I agree Chile but its his opinion and if it works for him then so be it.


----------



## zwiller (Aug 2, 2018)

chilerelleno said:


> To be honest, I used to aim for a Butt that looked like recently fallen meteorite.





Rusty Long said:


> HAHA Love this. this has to be Quote of the day!



+1;  We love dark bark.  I made 50lbs of PP for daughters grad party and was a little worried that people would not like bark like that and to my delight I found out later that it was everyone's favorite part!  Mine are even darker than the posted pic.  It actually took me alot of effort to get them as dark as I wanted.  To anyone that thinks sugar or the rub has an impact on the bark, last butt I did had no rub (remember I was worried about too much bark) but the bark was just as dark and good as the ones I rubbed.  Kinda blew my mind.


----------



## clttiger (Aug 2, 2018)

zwiller said:


> Mine are even darker than the posted pic.

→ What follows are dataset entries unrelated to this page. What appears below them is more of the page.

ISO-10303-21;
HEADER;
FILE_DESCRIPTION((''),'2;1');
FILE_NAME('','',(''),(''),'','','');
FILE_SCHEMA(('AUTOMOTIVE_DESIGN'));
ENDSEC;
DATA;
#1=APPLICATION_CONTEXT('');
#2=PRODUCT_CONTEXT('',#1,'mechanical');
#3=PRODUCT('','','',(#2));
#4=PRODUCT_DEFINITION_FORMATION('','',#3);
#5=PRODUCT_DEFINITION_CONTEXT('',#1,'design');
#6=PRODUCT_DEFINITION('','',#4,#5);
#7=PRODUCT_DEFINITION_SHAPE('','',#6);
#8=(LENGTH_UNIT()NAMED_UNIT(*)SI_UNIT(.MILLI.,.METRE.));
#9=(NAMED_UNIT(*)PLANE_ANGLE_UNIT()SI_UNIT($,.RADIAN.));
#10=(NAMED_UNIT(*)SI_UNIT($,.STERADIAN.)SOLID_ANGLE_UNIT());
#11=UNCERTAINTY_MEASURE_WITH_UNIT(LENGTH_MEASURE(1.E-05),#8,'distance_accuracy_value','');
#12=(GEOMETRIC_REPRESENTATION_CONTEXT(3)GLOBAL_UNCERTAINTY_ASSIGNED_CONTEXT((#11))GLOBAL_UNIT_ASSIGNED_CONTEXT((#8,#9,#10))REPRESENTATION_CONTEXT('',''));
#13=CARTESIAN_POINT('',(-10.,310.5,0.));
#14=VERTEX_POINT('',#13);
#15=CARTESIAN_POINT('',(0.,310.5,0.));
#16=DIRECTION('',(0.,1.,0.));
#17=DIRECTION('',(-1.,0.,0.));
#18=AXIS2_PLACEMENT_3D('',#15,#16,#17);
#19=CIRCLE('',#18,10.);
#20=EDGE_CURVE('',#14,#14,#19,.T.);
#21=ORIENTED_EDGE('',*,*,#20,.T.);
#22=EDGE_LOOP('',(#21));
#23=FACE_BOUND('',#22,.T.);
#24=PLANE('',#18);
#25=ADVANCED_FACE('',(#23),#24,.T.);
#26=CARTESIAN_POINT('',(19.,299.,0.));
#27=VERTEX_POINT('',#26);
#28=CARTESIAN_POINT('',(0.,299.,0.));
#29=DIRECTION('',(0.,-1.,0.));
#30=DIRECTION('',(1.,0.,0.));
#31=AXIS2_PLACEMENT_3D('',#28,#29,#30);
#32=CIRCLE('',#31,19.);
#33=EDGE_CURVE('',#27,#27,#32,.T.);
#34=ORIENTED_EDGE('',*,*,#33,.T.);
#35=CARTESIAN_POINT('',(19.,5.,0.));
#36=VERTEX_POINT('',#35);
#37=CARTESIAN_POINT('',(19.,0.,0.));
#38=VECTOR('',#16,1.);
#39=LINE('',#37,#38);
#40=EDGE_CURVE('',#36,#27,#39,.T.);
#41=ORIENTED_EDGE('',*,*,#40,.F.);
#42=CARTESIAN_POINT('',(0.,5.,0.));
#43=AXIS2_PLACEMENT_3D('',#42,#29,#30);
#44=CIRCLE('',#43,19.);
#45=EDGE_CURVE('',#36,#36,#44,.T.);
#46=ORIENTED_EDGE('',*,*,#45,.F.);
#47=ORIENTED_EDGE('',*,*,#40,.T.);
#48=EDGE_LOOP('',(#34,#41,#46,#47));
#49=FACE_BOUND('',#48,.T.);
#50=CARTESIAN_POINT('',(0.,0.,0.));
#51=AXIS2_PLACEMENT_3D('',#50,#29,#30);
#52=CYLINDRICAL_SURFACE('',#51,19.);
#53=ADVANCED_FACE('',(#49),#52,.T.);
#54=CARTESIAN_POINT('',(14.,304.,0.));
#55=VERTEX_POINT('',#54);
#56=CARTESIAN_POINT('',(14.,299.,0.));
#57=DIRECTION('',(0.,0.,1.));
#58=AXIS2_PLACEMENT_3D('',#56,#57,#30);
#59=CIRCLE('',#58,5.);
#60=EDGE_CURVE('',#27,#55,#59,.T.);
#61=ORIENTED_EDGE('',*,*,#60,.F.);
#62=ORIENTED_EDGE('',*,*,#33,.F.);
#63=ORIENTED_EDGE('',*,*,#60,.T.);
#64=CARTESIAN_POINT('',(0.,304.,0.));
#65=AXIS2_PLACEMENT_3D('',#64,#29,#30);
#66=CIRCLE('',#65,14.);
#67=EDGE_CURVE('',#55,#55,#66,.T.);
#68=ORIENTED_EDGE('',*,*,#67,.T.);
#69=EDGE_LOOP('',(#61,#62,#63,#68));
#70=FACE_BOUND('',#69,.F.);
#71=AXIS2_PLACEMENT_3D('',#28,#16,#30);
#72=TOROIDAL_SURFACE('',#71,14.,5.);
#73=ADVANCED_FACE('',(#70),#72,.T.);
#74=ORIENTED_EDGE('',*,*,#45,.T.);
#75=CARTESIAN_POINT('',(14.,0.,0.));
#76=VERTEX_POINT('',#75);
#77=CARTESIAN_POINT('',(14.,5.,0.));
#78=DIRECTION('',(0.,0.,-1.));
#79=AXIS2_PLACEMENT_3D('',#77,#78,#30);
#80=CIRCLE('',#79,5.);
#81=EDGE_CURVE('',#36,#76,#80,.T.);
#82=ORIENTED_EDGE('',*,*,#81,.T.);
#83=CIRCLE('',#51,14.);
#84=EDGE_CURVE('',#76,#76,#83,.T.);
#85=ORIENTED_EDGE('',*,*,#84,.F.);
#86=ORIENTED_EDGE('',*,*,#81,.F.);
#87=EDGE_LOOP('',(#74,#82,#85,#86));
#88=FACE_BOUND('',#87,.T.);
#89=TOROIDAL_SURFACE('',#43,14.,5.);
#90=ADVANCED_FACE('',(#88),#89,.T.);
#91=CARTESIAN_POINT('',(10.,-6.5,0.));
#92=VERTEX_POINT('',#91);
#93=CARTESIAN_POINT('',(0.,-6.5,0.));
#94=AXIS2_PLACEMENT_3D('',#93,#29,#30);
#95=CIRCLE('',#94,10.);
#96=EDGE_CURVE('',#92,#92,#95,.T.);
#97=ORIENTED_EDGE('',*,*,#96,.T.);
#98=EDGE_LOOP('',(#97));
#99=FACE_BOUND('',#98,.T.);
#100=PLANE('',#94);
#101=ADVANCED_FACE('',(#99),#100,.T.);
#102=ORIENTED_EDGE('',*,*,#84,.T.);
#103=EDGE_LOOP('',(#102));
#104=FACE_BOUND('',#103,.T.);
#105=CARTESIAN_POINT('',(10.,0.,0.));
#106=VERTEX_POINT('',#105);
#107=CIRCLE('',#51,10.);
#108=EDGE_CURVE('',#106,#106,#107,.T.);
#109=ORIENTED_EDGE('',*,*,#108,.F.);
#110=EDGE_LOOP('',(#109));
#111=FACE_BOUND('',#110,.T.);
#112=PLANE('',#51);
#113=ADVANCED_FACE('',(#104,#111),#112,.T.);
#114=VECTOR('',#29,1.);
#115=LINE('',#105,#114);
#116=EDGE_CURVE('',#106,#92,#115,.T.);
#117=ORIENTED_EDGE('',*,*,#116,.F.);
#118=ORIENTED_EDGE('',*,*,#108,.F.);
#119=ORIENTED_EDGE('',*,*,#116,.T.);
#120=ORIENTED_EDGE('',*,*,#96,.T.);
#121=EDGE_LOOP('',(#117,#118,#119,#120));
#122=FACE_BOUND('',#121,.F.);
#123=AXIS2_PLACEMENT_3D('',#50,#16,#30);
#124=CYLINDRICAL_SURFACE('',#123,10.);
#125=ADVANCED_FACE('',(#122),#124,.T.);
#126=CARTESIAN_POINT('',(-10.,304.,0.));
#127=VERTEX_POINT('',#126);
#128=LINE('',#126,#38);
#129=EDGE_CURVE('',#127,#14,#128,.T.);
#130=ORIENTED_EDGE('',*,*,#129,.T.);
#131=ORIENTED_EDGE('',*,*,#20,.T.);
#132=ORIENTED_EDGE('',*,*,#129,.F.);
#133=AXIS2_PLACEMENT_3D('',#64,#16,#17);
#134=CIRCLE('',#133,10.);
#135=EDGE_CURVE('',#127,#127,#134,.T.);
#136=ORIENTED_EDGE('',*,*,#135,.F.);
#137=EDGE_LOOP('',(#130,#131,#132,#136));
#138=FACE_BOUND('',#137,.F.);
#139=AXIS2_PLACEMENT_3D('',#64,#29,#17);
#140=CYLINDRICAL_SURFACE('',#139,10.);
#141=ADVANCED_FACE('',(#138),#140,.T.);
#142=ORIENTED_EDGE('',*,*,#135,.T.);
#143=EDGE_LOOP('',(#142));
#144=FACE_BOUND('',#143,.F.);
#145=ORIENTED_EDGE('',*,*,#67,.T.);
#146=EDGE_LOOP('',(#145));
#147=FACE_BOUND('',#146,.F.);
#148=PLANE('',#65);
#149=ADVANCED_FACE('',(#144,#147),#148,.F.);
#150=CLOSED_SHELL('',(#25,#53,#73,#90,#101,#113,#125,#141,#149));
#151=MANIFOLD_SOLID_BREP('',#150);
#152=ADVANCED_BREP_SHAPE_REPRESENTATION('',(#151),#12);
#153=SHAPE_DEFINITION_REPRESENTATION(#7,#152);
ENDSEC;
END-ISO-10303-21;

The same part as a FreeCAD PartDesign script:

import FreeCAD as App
import Part
import Sketcher

V = App.Vector


def edges_at(feature, points):
    """Names of the edges that pass closest to the given points."""
    edges = feature.Shape.Edges
    near = lambda p: min(range(len(edges)), key=lambda i: edges[i].distToShape(Part.Vertex(*p))[0])
    return sorted({f"Edge{near(p) + 1}" for p in points})

doc = App.newDocument("Part")
params = doc.addObject("Spreadsheet::Sheet", "Params")
for row, (alias, value) in enumerate([
    ("sketch1_diameter", "20 mm"),
    ("pad1_length", "6.5 mm"),
    ("sketch2_diameter", "38 mm"),
    ("pad2_length", "304 mm"),
    ("sketch3_diameter", "20 mm"),
    ("pad3_length", "6.5 mm"),
    ("fillet_radius", "5 mm"),
], start=1):
    params.set(f"A{row}", alias)
    params.set(f"B{row}", "=" + value)
    params.setAlias(f"B{row}", alias)

body = doc.addObject("PartDesign::Body", "Body")

sketch1 = doc.addObject("Sketcher::SketchObject", "Sketch")
body.addObject(sketch1)
sketch1.AttachmentSupport = (doc.XZ_Plane, [""])
sketch1.MapMode = "FlatFace"
sketch1.addGeometry(Part.Circle(V(0, 0, 0), V(0, 0, 1), 10), False)
sketch1.addConstraint([
    Sketcher.Constraint("Coincident", 0, 3, -1, 1),
    Sketcher.Constraint("Diameter", 0, 20.0),
])
sketch1.setExpression("Constraints[1]", "Params.sketch1_diameter")
pad1 = doc.addObject("PartDesign::Pad", "Pad")
body.addObject(pad1)
pad1.Profile = sketch1
pad1.setExpression("Length", "Params.pad1_length")

sketch2 = doc.addObject("Sketcher::SketchObject", "Sketch001")
body.addObject(sketch2)
sketch2.AttachmentSupport = (doc.XZ_Plane, [""])
sketch2.MapMode = "FlatFace"
sketch2.addGeometry(Part.Circle(V(0, 0, 0), V(0, 0, 1), 19), False)
sketch2.addConstraint([
    Sketcher.Constraint("Coincident", 0, 3, -1, 1),
    Sketcher.Constraint("Diameter", 0, 38.0),
])
sketch2.setExpression("Constraints[1]", "Params.sketch2_diameter")
pad2 = doc.addObject("PartDesign::Pad", "Pad001")
body.addObject(pad2)
pad2.Profile = sketch2
pad2.setExpression("Length", "Params.pad2_length")
pad2.Reversed = True

sketch3 = doc.addObject("Sketcher::SketchObject", "Sketch002")
body.addObject(sketch3)
sketch3.AttachmentSupport = (doc.XZ_Plane, [""])
sketch3.MapMode = "FlatFace"
sketch3.AttachmentOffset = App.Placement(V(0, 0, -304), App.Rotation())
sketch3.addGeometry(Part.Circle(V(0, 0, 0), V(0, 0, 1), 10), False)
sketch3.addConstraint([
    Sketcher.Constraint("Coincident", 0, 3, -1, 1),
    Sketcher.Constraint("Diameter", 0, 20.0),
])
sketch3.setExpression("Constraints[1]", "Params.sketch3_diameter")
pad3 = doc.addObject("PartDesign::Pad", "Pad002")
body.addObject(pad3)
pad3.Profile = sketch3
pad3.setExpression("Length", "Params.pad3_length")
pad3.Reversed = True
doc.recompute()

fillet = doc.addObject("PartDesign::Fillet", "Fillet")
body.addObject(fillet)
fillet.Base = (pad3, edges_at(pad3, [(-19, 304, 0), (-19, 0, 0)]))
fillet.setExpression("Radius", "Params.fillet_radius")

doc.recompute()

Well that's definitely encouraging for me. Wanted to double check to make sure I wasnt doing anything wrong! Appreciate all the input everyone.


----------



## cal1956 (Aug 2, 2018)

i take it that some people don't want anyone  to disagree with them and therefore label other opinions as " bad information "


----------



## chilerelleno (Aug 2, 2018)

cal1956 said:


> i take it that some people don't want anyone  to disagree with them and therefore label other opinions as " bad information "


I call it as I see it.
You and I may disagree with each other as much as we wish as long as we keep it civil.
Disagreement is normal and healthy, much is learned from civil discourse.

Not many people advocate heavy smoke, just the exact opposite... Thin Blue Smoke.


----------



## cal1956 (Aug 2, 2018)

heavy is a " relative "  term what i consider heavy smoke is what many on here  consider  " normal smoke "
and just because i refuse to smoke any meat until it is black in no way diminishes my experience or ability  
i have been smoking meat a VERY long time


----------



## zwiller (Aug 2, 2018)

clttiger said:


> Well that's definitely encouraging for me. Wanted to double check to make sure I wasnt doing anything wrong! Appreciate all the input everyone.

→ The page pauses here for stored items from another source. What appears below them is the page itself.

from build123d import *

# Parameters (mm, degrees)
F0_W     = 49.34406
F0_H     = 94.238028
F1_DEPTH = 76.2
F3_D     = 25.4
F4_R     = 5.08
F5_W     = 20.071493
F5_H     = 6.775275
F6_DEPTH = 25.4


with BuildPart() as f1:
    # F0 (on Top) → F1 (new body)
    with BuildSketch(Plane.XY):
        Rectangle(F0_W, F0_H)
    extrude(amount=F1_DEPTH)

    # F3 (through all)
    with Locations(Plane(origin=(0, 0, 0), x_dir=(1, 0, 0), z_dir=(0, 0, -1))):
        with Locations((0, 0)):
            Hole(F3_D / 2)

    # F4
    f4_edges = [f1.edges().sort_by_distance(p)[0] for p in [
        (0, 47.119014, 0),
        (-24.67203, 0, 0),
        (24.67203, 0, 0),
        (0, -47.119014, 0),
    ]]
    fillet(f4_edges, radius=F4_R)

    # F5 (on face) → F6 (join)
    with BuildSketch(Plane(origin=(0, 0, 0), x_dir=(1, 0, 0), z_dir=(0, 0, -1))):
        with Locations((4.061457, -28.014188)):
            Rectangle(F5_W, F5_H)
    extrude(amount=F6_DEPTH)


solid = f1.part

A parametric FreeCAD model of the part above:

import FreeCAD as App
import Part
import Sketcher

V = App.Vector
Q = App.Units.Quantity


def edges_at(feature, points):
    """Names of the edges that pass closest to the given points."""
    edges = feature.Shape.Edges
    near = lambda p: min(range(len(edges)), key=lambda i: edges[i].distToShape(Part.Vertex(*p))[0])
    return sorted({f"Edge{near(p) + 1}" for p in points})

doc = App.newDocument("Part")
body = doc.addObject("PartDesign::Body", "Body")

# Sketch on XY plane
sketch1 = doc.addObject("Sketcher::SketchObject", "Sketch")
body.addObject(sketch1)
sketch1.AttachmentSupport = (doc.XY_Plane, [""])
sketch1.MapMode = "FlatFace"
sketch1.addGeometry(Part.LineSegment(V(-24.67203, 47.119014, 0), V(-24.67203, -47.119014, 0)), False)
sketch1.addGeometry(Part.LineSegment(V(-24.67203, -47.119014, 0), V(24.67203, -47.119014, 0)), False)
sketch1.addGeometry(Part.LineSegment(V(24.67203, -47.119014, 0), V(24.67203, 47.119014, 0)), False)
sketch1.addGeometry(Part.LineSegment(V(24.67203, 47.119014, 0), V(-24.67203, 47.119014, 0)), False)
sketch1.addConstraint(Sketcher.Constraint("Coincident", 0, 2, 1, 1))
sketch1.addConstraint(Sketcher.Constraint("Coincident", 1, 2, 2, 1))
sketch1.addConstraint(Sketcher.Constraint("Coincident", 2, 2, 3, 1))
sketch1.addConstraint(Sketcher.Constraint("Coincident", 3, 2, 0, 1))
sketch1.addConstraint(Sketcher.Constraint("Vertical", 0))
sketch1.addConstraint(Sketcher.Constraint("Horizontal", 1))
sketch1.addConstraint(Sketcher.Constraint("Vertical", 2))
sketch1.addConstraint(Sketcher.Constraint("Horizontal", 3))
sketch1.addConstraint(Sketcher.Constraint("Symmetric", 0, 2, 2, 2, -1, 1))
sketch1.addConstraint(Sketcher.Constraint("DistanceX", 1, 1, 1, 2, Q("49.34406 mm")))
sketch1.addConstraint(Sketcher.Constraint("DistanceY", 0, 2, 0, 1, Q("94.238028 mm")))
pad1 = doc.addObject("PartDesign::Pad", "Pad")
body.addObject(pad1)
pad1.Profile = sketch1
pad1.Length = Q("3 in")

# Sketch on XY plane
sketch2 = doc.addObject("Sketcher::SketchObject", "Sketch001")
body.addObject(sketch2)
sketch2.AttachmentSupport = (doc.XY_Plane, [""])
sketch2.MapMode = "FlatFace"
sketch2.addGeometry(Part.Circle(V(0, 0, 0), V(0, 0, 1), 12.7), False)
sketch2.addConstraint(Sketcher.Constraint("Coincident", 0, 3, -1, 1))
sketch2.addConstraint(Sketcher.Constraint("Diameter", 0, Q("1 in")))
doc.recompute()
hole = doc.addObject("PartDesign::Hole", "Hole")
body.addObject(hole)
hole.Profile = sketch2
hole.ThreadType = "None"
hole.Diameter = Q("1 in")
hole.DepthType = "ThroughAll"
hole.Reversed = True
doc.recompute()

fillet = doc.addObject("PartDesign::Fillet", "Fillet")
body.addObject(fillet)
fillet.Base = (hole, edges_at(hole, [
    (0, 47.119, 0),
    (-24.672, 0, 0),
    (24.672, 0, 0),
    (0, -47.119, 0),
]))
fillet.Radius = Q("0.2 in")

# Sketch on XY plane
sketch3 = doc.addObject("Sketcher::SketchObject", "Sketch002")
body.addObject(sketch3)
sketch3.AttachmentSupport = (doc.XY_Plane, [""])
sketch3.MapMode = "FlatFace"
sketch3.addGeometry(Part.LineSegment(V(-5.97429, 24.626551, 0), V(-5.97429, 31.401826, 0)), False)
sketch3.addGeometry(Part.LineSegment(V(-5.97429, 31.401826, 0), V(14.097204, 31.401826, 0)), False)
sketch3.addGeometry(Part.LineSegment(V(14.097204, 31.401826, 0), V(14.097204, 24.626551, 0)), False)
sketch3.addGeometry(Part.LineSegment(V(14.097204, 24.626551, 0), V(-5.97429, 24.626551, 0)), False)
sketch3.addConstraint(Sketcher.Constraint("Coincident", 0, 2, 1, 1))
sketch3.addConstraint(Sketcher.Constraint("Coincident", 1, 2, 2, 1))
sketch3.addConstraint(Sketcher.Constraint("Coincident", 2, 2, 3, 1))
sketch3.addConstraint(Sketcher.Constraint("Coincident", 3, 2, 0, 1))
sketch3.addConstraint(Sketcher.Constraint("Vertical", 0))
sketch3.addConstraint(Sketcher.Constraint("Horizontal", 1))
sketch3.addConstraint(Sketcher.Constraint("Vertical", 2))
sketch3.addConstraint(Sketcher.Constraint("Horizontal", 3))
sketch3.addConstraint(Sketcher.Constraint("DistanceX", 1, 1, 1, 2, Q("20.071493 mm")))
sketch3.addConstraint(Sketcher.Constraint("DistanceY", 0, 1, 0, 2, Q("6.775275 mm")))
sketch3.addConstraint(Sketcher.Constraint("DistanceX", 0, 2, -1, 1, Q("5.97429 mm")))
sketch3.addConstraint(Sketcher.Constraint("DistanceY", -1, 1, 2, 2, Q("24.626551 mm")))
pad2 = doc.addObject("PartDesign::Pad", "Pad001")
body.addObject(pad2)
pad2.Profile = sketch3
pad2.Length = Q("1 in")
pad2.Reversed = True

doc.recompute()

There's really no right or wrong...  Do it how you like it and enjoy.  IE I don't pull my PP but do a coarse chop.  If you want it darker, read up on forming a pellicle.


----------



## chilerelleno (Aug 2, 2018)

cal1956 said:


> heavy is a " relative "  term what i consider heavy smoke is what many on here  consider  " normal smoke "
> and just because i refuse to smoke any meat until it is black in no way diminishes my experience or ability
> i have been smoking meat a VERY long time


With such clarification in your initial post I would have had no issue with it at all it would simply have been your opinion.

But some Noob could read that, apply 'Heavy' smoke to a butt and end up with something bitter or acrid and not very palatable.


----------



## TomKnollRFV (Aug 2, 2018)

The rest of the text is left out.